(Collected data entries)
______

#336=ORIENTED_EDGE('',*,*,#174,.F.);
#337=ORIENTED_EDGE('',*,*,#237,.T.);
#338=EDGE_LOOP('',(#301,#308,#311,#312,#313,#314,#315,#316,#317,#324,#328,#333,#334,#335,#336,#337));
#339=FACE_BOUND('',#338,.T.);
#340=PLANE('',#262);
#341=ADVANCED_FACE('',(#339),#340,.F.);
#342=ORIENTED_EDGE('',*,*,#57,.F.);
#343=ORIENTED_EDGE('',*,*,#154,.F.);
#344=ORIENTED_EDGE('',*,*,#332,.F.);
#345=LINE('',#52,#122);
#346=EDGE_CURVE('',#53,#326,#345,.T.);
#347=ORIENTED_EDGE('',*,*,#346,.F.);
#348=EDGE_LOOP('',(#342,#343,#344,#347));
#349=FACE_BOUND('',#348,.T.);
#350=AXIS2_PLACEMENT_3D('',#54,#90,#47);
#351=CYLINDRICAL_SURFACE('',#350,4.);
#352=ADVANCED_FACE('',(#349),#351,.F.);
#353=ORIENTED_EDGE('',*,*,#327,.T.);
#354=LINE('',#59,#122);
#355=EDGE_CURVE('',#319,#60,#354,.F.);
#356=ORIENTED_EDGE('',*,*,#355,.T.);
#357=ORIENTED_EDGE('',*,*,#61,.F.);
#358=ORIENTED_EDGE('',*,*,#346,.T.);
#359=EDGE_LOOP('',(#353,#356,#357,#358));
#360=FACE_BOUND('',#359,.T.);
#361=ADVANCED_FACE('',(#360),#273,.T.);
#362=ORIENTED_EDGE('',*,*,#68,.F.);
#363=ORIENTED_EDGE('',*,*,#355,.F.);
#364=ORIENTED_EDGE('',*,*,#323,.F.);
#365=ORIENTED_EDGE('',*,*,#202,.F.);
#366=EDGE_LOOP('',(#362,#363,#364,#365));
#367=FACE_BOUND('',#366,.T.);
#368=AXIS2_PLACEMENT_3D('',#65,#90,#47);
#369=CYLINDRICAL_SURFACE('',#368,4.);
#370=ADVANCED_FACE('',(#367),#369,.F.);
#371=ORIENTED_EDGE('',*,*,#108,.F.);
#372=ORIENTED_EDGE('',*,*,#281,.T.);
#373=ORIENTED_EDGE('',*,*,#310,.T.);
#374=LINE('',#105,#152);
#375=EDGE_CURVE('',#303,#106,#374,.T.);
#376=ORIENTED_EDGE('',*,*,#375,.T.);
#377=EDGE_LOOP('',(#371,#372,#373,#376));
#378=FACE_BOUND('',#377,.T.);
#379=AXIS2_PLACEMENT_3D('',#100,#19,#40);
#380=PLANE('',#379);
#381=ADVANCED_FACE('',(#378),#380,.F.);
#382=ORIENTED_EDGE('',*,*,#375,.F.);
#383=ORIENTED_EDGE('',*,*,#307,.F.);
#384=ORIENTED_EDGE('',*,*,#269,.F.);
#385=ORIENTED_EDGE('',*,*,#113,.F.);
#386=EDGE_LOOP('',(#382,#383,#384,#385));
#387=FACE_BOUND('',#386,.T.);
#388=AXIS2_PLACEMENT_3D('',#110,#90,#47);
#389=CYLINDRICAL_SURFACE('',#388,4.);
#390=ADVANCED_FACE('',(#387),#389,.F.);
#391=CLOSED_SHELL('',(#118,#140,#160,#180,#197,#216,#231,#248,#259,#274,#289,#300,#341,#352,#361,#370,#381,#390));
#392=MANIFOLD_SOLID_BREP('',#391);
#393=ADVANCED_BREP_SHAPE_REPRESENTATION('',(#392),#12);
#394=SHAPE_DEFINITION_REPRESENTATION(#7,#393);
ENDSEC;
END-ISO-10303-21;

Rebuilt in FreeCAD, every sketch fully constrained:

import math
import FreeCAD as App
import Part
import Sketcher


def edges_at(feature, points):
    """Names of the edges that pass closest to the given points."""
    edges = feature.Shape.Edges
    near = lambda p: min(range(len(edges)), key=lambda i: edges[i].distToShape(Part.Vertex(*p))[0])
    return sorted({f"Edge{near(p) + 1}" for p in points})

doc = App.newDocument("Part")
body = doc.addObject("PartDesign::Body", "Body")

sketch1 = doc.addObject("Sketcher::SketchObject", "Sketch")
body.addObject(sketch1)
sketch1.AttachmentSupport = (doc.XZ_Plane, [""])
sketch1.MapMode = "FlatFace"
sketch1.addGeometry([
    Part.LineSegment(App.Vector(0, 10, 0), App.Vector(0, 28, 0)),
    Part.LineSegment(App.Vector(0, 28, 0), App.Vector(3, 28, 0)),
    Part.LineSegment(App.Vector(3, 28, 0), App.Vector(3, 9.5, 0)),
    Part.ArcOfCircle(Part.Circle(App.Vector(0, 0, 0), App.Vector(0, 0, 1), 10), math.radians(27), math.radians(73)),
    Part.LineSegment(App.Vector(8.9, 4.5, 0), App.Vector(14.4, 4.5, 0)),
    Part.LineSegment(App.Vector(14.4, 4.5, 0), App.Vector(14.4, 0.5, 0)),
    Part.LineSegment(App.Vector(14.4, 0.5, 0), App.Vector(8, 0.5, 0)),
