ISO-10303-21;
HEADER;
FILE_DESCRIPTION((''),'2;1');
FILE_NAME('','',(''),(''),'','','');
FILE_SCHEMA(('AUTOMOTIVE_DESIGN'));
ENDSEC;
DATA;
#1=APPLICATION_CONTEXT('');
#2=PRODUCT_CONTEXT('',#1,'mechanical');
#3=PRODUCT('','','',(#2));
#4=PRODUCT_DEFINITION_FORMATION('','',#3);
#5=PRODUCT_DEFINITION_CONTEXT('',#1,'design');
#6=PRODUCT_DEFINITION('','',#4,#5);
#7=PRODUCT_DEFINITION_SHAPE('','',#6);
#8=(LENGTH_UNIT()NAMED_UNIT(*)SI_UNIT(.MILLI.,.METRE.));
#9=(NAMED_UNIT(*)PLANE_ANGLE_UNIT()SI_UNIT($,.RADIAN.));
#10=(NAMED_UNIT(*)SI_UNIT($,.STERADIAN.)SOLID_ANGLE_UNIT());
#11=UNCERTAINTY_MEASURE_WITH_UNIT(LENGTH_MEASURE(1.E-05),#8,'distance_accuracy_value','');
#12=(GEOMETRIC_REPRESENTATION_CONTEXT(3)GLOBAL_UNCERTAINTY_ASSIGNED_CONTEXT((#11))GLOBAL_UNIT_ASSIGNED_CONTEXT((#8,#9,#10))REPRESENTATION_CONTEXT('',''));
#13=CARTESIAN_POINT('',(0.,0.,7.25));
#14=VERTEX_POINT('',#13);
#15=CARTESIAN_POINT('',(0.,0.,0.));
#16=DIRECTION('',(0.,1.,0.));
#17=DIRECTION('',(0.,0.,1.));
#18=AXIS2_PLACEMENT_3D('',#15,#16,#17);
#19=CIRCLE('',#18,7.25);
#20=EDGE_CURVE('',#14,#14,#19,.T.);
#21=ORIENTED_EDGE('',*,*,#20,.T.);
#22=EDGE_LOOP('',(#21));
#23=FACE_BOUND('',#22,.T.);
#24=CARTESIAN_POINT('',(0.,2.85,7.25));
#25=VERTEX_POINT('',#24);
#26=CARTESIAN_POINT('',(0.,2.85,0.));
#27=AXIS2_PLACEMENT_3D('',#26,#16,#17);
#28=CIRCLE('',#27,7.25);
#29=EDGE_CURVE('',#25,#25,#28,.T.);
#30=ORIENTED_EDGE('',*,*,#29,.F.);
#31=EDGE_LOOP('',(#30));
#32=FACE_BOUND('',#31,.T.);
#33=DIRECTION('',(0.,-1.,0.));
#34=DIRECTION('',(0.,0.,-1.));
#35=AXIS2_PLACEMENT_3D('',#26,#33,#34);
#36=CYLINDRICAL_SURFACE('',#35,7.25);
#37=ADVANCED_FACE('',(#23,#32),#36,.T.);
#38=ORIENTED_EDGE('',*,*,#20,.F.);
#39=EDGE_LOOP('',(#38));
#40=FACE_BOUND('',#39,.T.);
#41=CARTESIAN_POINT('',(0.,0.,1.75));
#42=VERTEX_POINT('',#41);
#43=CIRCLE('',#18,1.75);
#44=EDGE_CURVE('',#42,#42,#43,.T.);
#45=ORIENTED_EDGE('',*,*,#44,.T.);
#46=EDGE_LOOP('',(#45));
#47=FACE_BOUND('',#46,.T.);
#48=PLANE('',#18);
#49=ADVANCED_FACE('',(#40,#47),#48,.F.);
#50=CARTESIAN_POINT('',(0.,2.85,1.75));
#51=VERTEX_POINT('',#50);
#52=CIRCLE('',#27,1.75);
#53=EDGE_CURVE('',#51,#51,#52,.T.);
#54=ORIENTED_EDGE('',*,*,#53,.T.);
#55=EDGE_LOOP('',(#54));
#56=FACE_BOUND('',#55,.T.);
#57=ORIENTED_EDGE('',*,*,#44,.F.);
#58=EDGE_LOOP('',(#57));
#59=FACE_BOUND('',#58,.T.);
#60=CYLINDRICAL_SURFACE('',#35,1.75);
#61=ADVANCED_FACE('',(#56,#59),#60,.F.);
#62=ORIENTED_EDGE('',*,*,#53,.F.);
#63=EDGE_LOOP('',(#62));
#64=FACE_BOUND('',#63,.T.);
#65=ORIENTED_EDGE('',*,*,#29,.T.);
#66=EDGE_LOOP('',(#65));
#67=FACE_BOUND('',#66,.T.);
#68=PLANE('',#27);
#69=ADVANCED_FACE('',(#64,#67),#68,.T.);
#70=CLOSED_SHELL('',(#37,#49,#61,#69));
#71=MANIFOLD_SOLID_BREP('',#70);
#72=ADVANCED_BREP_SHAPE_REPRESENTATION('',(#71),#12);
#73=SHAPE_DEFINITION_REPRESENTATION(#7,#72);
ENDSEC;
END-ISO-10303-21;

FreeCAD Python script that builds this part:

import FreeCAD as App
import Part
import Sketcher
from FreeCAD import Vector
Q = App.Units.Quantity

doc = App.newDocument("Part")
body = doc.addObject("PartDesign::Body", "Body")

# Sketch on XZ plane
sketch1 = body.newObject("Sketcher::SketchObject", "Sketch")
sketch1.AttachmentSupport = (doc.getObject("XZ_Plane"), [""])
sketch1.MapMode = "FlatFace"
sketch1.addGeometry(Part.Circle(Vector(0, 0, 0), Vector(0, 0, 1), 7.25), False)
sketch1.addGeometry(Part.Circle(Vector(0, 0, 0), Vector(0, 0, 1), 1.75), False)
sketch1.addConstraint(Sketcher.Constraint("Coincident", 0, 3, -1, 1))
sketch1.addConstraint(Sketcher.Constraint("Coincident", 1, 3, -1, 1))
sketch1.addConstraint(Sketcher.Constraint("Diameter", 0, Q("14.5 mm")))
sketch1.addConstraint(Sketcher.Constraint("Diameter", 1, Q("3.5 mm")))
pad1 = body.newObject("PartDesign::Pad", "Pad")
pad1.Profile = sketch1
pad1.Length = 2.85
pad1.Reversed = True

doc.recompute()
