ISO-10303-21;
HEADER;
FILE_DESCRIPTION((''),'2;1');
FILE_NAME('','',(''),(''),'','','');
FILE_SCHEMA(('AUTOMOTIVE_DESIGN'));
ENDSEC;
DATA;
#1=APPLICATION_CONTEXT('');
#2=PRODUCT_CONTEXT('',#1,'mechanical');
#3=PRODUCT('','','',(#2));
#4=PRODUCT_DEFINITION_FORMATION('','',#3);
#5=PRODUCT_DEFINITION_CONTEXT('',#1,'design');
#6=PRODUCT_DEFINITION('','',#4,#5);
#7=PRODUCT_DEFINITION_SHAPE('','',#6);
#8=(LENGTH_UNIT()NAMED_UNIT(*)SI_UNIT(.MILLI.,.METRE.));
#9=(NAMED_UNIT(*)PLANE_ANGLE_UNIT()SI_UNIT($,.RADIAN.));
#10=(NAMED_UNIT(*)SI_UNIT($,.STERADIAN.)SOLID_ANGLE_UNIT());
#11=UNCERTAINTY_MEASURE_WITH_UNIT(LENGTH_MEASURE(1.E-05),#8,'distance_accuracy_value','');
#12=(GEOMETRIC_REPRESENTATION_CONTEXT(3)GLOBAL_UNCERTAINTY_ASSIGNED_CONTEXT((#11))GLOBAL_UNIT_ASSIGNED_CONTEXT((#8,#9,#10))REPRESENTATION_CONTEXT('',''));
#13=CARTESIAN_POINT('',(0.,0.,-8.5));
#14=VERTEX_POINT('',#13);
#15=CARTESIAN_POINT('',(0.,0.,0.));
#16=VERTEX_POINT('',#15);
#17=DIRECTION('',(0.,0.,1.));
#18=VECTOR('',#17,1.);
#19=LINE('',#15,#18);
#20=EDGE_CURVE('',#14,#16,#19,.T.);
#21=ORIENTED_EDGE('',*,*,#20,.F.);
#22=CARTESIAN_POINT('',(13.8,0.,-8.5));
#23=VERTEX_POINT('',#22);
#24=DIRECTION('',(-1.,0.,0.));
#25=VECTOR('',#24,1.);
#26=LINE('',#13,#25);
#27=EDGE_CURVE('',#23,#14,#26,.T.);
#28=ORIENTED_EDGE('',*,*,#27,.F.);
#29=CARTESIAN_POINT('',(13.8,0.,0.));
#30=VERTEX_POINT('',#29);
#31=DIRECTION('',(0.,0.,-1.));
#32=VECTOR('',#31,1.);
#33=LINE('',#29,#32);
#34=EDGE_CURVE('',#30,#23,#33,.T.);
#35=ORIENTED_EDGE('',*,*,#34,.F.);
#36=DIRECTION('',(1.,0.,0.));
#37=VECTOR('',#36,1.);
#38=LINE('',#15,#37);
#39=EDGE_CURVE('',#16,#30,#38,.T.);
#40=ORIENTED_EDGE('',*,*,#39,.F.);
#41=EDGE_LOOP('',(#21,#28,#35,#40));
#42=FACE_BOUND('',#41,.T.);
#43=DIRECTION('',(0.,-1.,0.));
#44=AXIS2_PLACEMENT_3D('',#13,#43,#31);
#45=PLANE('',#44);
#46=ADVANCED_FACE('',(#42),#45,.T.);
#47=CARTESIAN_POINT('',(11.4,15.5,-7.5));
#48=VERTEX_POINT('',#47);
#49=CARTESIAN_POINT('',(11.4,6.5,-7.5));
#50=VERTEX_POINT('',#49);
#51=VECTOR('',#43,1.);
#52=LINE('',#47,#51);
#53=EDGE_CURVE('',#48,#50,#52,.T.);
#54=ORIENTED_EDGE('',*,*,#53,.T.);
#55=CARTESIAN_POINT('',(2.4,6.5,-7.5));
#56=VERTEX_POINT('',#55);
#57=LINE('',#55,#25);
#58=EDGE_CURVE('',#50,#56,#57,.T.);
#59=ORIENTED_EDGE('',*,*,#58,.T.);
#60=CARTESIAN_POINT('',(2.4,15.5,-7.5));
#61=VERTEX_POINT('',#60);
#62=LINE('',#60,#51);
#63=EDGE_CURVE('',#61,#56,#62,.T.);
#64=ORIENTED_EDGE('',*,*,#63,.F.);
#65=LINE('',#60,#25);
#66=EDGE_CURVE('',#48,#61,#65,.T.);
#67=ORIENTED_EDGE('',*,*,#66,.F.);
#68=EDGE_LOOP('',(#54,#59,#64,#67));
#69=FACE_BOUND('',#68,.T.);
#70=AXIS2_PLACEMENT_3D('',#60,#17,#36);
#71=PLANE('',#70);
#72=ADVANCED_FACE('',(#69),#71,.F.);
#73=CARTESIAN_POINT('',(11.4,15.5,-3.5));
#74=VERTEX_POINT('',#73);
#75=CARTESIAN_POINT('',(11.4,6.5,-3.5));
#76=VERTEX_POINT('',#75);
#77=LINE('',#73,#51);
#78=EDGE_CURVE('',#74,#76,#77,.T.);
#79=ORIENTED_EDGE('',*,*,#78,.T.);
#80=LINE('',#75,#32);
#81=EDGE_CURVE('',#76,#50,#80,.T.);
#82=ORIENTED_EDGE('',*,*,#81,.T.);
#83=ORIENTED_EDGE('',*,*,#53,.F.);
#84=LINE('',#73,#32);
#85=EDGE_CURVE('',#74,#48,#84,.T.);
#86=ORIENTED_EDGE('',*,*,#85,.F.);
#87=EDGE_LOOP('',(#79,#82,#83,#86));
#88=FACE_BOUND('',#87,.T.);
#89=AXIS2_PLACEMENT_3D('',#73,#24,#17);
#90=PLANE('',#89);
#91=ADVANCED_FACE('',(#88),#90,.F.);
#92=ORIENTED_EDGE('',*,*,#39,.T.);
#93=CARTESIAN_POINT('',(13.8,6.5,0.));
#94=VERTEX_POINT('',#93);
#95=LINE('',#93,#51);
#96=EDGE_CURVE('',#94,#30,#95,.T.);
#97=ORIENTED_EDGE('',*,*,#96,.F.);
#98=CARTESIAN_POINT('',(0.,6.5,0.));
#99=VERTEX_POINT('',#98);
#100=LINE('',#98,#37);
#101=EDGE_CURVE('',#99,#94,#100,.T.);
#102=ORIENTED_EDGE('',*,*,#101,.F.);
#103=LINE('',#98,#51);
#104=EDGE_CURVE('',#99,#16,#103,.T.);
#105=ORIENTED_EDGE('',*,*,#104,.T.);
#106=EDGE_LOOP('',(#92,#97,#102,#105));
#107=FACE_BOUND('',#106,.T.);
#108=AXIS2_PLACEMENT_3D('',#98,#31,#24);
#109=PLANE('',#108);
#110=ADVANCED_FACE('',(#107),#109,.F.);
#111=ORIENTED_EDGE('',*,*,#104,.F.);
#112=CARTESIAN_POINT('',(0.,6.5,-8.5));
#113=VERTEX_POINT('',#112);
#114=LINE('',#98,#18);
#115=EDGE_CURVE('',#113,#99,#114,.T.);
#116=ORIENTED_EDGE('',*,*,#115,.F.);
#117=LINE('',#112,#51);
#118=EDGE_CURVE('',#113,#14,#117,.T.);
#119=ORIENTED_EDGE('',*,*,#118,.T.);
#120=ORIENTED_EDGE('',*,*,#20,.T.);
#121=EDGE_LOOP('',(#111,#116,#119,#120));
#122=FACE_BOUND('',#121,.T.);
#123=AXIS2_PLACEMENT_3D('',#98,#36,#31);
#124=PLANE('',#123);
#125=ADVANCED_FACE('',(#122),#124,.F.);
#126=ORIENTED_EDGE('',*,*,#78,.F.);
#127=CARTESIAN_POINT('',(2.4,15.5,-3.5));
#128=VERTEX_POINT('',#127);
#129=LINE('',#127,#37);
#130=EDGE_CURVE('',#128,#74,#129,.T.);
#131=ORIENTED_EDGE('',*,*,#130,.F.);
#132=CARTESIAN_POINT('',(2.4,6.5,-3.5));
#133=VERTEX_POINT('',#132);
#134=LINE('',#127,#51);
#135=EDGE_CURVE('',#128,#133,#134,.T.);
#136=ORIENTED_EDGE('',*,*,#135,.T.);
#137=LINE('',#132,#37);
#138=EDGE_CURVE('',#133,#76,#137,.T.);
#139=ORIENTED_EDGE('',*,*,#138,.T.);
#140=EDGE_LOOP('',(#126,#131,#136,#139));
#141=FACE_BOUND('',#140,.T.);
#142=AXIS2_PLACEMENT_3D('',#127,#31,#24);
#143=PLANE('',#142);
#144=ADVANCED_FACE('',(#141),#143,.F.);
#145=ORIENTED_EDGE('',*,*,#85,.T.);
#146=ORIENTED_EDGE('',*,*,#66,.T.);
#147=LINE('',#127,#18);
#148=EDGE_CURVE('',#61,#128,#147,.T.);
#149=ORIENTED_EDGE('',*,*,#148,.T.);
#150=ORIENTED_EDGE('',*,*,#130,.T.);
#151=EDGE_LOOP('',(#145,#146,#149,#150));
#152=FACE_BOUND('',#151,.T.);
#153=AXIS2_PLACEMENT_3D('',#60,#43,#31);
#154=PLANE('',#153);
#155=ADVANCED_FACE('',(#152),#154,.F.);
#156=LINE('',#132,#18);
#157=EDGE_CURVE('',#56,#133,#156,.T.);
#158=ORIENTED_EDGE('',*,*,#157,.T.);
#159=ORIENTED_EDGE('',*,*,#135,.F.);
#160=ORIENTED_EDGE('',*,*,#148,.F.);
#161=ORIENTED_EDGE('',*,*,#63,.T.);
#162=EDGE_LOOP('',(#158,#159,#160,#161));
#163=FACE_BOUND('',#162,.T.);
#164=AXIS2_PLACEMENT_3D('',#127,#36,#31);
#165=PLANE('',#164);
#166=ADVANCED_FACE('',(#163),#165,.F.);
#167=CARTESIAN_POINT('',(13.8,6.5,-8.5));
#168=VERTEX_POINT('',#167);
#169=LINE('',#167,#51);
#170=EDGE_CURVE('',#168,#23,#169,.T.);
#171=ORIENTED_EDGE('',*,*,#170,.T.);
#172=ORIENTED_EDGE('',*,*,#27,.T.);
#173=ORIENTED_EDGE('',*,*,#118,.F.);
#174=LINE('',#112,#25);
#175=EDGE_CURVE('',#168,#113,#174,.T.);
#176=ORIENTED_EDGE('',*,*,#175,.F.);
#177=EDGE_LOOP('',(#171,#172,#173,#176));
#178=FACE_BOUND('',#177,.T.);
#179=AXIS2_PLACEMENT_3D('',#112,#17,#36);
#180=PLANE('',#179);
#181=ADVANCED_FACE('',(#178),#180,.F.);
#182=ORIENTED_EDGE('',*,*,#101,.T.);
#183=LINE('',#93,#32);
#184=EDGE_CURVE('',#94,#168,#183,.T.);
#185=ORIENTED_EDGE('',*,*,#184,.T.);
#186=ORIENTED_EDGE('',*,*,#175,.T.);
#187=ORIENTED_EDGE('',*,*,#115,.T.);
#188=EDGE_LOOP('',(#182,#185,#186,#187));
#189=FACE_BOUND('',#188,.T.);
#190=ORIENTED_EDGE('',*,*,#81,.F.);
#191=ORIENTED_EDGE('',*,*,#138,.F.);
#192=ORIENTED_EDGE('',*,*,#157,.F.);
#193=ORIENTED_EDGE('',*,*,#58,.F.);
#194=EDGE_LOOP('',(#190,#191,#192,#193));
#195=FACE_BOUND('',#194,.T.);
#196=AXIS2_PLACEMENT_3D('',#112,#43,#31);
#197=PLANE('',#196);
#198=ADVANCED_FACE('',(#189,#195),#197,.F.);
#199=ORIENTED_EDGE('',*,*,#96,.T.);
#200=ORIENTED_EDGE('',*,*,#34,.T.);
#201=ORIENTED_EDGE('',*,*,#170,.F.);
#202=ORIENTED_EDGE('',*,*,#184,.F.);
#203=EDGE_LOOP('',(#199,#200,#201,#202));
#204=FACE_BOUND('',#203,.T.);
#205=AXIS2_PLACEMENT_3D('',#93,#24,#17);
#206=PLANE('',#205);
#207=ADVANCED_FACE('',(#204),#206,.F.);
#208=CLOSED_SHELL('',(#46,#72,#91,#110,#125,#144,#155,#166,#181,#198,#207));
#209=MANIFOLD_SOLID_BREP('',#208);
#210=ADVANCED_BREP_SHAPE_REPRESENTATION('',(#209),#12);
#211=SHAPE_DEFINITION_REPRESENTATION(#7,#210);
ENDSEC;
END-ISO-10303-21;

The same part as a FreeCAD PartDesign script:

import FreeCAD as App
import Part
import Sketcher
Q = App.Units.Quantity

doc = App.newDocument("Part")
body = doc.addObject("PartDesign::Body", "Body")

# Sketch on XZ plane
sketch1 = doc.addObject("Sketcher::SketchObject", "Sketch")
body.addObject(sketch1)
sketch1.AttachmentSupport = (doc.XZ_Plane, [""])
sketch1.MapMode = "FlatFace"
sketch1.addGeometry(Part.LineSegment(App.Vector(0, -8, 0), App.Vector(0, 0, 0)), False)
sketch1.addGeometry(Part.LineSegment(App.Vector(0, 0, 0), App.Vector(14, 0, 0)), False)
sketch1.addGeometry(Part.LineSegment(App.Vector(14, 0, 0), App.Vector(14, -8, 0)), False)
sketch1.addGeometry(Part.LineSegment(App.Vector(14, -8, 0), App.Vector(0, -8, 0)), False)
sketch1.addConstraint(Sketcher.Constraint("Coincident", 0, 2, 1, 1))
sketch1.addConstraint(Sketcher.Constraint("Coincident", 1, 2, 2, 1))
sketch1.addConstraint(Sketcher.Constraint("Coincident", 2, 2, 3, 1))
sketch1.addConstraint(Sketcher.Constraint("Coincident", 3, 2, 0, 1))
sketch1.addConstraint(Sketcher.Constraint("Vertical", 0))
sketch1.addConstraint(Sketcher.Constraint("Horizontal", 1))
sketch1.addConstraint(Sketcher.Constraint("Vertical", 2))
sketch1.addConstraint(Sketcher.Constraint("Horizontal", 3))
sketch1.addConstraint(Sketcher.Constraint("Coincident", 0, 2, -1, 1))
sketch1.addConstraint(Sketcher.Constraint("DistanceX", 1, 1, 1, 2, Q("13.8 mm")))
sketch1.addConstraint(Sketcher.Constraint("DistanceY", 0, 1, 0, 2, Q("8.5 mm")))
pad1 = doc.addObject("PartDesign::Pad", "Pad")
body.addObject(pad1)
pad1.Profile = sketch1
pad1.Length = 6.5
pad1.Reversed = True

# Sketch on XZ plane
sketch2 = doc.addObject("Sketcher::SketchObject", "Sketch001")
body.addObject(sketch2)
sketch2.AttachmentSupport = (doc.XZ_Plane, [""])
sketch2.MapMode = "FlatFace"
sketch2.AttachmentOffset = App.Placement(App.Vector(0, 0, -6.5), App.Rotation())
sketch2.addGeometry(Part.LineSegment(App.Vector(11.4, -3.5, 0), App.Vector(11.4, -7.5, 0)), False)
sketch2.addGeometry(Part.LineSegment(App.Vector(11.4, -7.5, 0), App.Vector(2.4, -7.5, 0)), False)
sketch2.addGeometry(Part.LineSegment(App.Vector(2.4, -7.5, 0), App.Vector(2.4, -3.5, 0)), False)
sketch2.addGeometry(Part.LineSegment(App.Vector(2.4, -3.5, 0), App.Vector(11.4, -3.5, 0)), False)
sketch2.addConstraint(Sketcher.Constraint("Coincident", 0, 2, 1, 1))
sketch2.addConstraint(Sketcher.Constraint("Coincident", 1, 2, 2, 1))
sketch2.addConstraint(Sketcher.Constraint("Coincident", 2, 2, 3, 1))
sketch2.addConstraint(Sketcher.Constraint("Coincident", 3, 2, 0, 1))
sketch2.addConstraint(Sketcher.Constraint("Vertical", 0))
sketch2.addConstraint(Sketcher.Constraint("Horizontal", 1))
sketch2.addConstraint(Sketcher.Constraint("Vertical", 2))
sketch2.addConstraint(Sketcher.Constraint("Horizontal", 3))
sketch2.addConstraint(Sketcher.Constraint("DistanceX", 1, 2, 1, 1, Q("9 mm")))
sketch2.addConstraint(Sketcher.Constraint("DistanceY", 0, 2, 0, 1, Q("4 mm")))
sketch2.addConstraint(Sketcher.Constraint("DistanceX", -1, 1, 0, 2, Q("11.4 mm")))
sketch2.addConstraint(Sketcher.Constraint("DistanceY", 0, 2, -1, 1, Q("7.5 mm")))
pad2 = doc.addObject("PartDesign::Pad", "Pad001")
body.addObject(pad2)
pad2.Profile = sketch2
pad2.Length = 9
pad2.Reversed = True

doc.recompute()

______

Set down, unchanged, only those lines above that fall between the line with "#138=EDGE_CURVE('',#133,#76,#137,.T.);" and the line with "#171=ORIENTED_EDGE('',*,*,#170,.T.);", the two end lines included.

#138=EDGE_CURVE('',#133,#76,#137,.T.);
#139=ORIENTED_EDGE('',*,*,#138,.T.);
#140=EDGE_LOOP('',(#126,#131,#136,#139));
#141=FACE_BOUND('',#140,.T.);
#142=AXIS2_PLACEMENT_3D('',#127,#31,#24);
#143=PLANE('',#142);
#144=ADVANCED_FACE('',(#141),#143,.F.);
#145=ORIENTED_EDGE('',*,*,#85,.T.);
#146=ORIENTED_EDGE('',*,*,#66,.T.);
#147=LINE('',#127,#18);
#148=EDGE_CURVE('',#61,#128,#147,.T.);
#149=ORIENTED_EDGE('',*,*,#148,.T.);
#150=ORIENTED_EDGE('',*,*,#130,.T.);
#151=EDGE_LOOP('',(#145,#146,#149,#150));
#152=FACE_BOUND('',#151,.T.);
#153=AXIS2_PLACEMENT_3D('',#60,#43,#31);
#154=PLANE('',#153);
#155=ADVANCED_FACE('',(#152),#154,.F.);
#156=LINE('',#132,#18);
#157=EDGE_CURVE('',#56,#133,#156,.T.);
#158=ORIENTED_EDGE('',*,*,#157,.T.);
#159=ORIENTED_EDGE('',*,*,#135,.F.);
#160=ORIENTED_EDGE('',*,*,#148,.F.);
#161=ORIENTED_EDGE('',*,*,#63,.T.);
#162=EDGE_LOOP('',(#158,#159,#160,#161));
#163=FACE_BOUND('',#162,.T.);
#164=AXIS2_PLACEMENT_3D('',#127,#36,#31);
#165=PLANE('',#164);
#166=ADVANCED_FACE('',(#163),#165,.F.);
#167=CARTESIAN_POINT('',(13.8,6.5,-8.5));
#168=VERTEX_POINT('',#167);
#169=LINE('',#167,#51);
#170=EDGE_CURVE('',#168,#23,#169,.T.);
#171=ORIENTED_EDGE('',*,*,#170,.T.);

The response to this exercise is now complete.